▶ [TASK TO COMPLETE]
The answer should be an exact repeat of the stretch of material below from the line containing "#63=DIRECTION('',(0.,1.,0.));" through the line containing "#81=EDGE_LOOP('',(#71,#72,#77,#80));".

▶ [PROVIDED DATA]
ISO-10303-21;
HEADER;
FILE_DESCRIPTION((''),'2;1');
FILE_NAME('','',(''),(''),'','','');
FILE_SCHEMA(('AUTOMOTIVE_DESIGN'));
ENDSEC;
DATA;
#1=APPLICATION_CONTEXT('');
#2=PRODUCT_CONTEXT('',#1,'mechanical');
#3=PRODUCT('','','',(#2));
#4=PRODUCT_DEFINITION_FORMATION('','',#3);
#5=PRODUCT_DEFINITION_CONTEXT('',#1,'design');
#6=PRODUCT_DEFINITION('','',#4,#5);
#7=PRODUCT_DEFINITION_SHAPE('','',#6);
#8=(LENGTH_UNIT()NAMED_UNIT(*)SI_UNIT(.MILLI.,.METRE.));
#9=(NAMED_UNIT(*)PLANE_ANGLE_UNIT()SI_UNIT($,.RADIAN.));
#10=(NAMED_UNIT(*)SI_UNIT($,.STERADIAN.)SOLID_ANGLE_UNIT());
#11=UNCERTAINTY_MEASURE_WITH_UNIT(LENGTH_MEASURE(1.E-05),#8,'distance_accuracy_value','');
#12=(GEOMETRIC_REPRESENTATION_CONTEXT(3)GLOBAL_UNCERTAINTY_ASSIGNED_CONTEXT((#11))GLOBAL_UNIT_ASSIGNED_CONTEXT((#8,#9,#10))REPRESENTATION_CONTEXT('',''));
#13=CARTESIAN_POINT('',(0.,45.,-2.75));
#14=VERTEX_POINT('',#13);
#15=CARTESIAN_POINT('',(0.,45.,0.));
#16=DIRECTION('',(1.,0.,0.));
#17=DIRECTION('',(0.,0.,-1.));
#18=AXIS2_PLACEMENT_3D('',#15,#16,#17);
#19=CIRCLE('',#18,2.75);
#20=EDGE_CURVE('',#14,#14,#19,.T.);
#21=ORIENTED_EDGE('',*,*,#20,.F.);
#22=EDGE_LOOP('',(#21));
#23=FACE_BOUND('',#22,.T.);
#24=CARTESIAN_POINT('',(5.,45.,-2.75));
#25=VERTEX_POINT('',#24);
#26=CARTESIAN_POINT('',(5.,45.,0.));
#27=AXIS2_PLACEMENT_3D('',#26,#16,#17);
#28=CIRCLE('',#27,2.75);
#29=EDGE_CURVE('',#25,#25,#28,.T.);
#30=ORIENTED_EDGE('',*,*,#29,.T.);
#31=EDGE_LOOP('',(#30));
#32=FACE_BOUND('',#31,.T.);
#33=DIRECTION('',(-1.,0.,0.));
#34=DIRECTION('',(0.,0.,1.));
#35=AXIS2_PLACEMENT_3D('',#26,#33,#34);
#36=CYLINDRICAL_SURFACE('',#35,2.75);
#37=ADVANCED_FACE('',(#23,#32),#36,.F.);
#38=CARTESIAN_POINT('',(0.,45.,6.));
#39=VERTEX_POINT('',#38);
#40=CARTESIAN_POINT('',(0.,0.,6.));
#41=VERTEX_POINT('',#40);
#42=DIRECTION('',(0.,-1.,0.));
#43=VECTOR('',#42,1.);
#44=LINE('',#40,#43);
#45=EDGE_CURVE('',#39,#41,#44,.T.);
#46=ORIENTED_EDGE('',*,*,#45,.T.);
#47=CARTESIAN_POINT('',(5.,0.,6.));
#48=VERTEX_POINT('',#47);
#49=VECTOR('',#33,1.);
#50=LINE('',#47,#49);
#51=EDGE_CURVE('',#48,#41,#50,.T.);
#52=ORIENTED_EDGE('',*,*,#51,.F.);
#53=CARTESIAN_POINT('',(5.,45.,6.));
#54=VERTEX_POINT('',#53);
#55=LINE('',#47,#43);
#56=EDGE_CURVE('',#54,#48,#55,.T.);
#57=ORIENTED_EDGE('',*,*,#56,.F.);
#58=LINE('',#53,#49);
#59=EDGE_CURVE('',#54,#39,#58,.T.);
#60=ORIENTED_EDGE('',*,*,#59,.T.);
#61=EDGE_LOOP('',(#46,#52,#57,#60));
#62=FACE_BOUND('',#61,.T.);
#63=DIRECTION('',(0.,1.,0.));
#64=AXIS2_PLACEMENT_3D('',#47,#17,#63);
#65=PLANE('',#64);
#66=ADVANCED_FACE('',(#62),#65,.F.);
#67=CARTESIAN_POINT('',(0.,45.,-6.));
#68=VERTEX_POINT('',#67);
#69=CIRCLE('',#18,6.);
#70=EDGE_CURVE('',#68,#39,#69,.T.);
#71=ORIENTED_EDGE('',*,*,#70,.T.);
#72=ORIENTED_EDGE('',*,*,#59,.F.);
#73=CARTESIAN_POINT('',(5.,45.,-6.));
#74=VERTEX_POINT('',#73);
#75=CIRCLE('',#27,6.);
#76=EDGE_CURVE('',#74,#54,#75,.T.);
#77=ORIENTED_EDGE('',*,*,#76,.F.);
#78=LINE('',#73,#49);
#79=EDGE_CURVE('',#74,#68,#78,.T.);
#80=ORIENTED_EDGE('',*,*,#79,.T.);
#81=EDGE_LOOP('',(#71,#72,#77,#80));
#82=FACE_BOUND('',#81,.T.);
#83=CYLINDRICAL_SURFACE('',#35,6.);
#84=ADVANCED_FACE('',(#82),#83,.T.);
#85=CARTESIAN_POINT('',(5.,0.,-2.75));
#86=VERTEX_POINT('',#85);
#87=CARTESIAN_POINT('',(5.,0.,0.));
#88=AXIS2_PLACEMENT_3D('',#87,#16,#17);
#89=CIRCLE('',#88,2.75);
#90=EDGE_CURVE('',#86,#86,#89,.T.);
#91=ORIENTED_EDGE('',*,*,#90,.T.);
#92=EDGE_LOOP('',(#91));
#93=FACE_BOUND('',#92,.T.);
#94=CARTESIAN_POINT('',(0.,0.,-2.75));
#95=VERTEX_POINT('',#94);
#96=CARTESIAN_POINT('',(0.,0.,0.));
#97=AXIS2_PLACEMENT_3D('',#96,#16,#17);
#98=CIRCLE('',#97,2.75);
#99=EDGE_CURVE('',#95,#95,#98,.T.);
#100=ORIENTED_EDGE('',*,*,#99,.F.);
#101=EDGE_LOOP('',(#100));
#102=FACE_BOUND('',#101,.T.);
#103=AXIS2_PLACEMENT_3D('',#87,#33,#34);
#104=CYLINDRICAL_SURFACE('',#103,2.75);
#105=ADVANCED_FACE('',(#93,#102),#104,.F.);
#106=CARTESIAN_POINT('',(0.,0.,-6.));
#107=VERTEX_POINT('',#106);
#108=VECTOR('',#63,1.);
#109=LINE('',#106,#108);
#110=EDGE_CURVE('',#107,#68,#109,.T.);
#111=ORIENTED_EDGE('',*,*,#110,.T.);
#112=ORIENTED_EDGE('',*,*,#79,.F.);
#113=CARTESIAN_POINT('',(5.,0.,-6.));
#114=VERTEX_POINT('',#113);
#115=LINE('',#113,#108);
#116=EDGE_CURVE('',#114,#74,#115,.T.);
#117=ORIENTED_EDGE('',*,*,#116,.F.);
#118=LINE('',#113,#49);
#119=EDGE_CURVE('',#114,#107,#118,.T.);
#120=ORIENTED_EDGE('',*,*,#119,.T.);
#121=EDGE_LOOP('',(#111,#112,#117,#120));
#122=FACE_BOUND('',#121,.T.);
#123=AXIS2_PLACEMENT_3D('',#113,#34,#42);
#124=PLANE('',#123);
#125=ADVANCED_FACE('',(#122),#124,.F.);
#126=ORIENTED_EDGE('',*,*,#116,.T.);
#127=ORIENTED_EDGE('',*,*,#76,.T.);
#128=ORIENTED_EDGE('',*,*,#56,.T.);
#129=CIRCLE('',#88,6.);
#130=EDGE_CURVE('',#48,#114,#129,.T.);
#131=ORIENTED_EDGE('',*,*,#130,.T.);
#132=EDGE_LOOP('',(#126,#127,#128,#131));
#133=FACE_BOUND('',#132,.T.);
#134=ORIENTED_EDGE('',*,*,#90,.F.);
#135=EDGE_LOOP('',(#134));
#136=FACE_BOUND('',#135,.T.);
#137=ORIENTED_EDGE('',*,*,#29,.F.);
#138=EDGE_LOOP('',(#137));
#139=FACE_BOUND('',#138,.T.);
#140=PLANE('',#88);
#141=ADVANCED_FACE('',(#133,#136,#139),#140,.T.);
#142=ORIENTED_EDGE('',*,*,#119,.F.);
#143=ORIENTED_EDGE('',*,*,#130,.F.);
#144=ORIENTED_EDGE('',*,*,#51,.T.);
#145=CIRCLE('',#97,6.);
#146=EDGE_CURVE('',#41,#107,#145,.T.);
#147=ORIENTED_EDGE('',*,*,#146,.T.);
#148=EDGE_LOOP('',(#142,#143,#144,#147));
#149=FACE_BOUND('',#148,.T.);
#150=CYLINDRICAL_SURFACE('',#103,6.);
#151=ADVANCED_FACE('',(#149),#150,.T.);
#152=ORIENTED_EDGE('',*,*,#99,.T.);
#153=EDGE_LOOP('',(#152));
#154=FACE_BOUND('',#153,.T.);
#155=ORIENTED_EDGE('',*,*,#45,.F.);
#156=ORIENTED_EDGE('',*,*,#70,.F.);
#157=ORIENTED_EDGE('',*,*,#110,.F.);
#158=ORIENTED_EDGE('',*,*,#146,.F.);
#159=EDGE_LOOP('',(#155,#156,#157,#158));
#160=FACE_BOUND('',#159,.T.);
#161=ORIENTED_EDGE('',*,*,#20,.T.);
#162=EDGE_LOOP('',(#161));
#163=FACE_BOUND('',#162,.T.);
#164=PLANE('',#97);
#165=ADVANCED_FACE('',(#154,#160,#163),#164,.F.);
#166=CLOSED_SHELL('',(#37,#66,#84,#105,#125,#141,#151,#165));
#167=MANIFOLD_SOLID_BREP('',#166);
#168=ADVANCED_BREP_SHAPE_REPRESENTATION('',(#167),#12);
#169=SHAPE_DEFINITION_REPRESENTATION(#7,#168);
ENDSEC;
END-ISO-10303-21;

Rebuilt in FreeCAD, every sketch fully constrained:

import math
import FreeCAD as App
import Part
import Sketcher

V = App.Vector
Q = App.Units.Quantity

doc = App.newDocument("Part")
body = doc.addObject("PartDesign::Body", "Body")

sketch1 = body.newObject("Sketcher::SketchObject", "Sketch")
sketch1.AttachmentSupport = (doc.getObject("YZ_Plane"), [""])
sketch1.MapMode = "FlatFace"
sketch1.addGeometry(Part.LineSegment(V(45, 6, 0), V(0, 6, 0)), False)
sketch1.addGeometry(Part.ArcOfCircle(Part.Circle(V(0, 0, 0), V(0, 0, 1), 6), math.radians(90), math.radians(270)), False)
sketch1.addGeometry(Part.LineSegment(V(0, -6, 0), V(45, -6, 0)), False)
sketch1.addGeometry(Part.ArcOfCircle(Part.Circle(V(45, 0, 0), V(0, 0, 1), 6), math.radians(-90), math.radians(90)), False)
sketch1.addGeometry(Part.Circle(V(45, 0, 0), V(0, 0, 1), 2.75), False)
sketch1.addGeometry(Part.Circle(V(0, 0, 0), V(0, 0, 1), 2.75), False)
sketch1.addConstraint(Sketcher.Constraint("Tangent", 0, 2, 1, 1))
sketch1.addConstraint(Sketcher.Constraint("Tangent", 1, 2, 2, 1))
sketch1.addConstraint(Sketcher.Constraint("Tangent", 2, 2, 3, 1))
sketch1.addConstraint(Sketcher.Constraint("Tangent", 3, 2, 0, 1))
sketch1.addConstraint(Sketcher.Constraint("Horizontal", 0))
sketch1.addConstraint(Sketcher.Constraint("Horizontal", 2))
sketch1.addConstraint(Sketcher.Constraint("Coincident", 1, 3, -1, 1))
sketch1.addConstraint(Sketcher.Constraint("Coincident", 5, 3, -1, 1))
sketch1.addConstraint(Sketcher.Constraint("Coincident", 4, 3, 3, 3))
sketch1.addConstraint(Sketcher.Constraint("Equal", 4, 5))
sketch1.addConstraint(Sketcher.Constraint("Radius", 1, Q("6 mm")))
sketch1.addConstraint(Sketcher.Constraint("Diameter", 4, Q("5.5 mm")))
sketch1.addConstraint(Sketcher.Constraint("DistanceX", 0, 2, 0, 1, Q("45 mm")))
pad1 = body.newObject("PartDesign::Pad", "Pad")
pad1.Profile = sketch1
pad1.Length = 5

doc.recompute()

▶ [ANSWER TO THE EXERCISE]
#63=DIRECTION('',(0.,1.,0.));
#64=AXIS2_PLACEMENT_3D('',#47,#17,#63);
#65=PLANE('',#64);
#66=ADVANCED_FACE('',(#62),#65,.F.);
#67=CARTESIAN_POINT('',(0.,45.,-6.));
#68=VERTEX_POINT('',#67);
#69=CIRCLE('',#18,6.);
#70=EDGE_CURVE('',#68,#39,#69,.T.);
#71=ORIENTED_EDGE('',*,*,#70,.T.);
#72=ORIENTED_EDGE('',*,*,#59,.F.);
#73=CARTESIAN_POINT('',(5.,45.,-6.));
#74=VERTEX_POINT('',#73);
#75=CIRCLE('',#27,6.);
#76=EDGE_CURVE('',#74,#54,#75,.T.);
#77=ORIENTED_EDGE('',*,*,#76,.F.);
#78=LINE('',#73,#49);
#79=EDGE_CURVE('',#74,#68,#78,.T.);
#80=ORIENTED_EDGE('',*,*,#79,.T.);
#81=EDGE_LOOP('',(#71,#72,#77,#80));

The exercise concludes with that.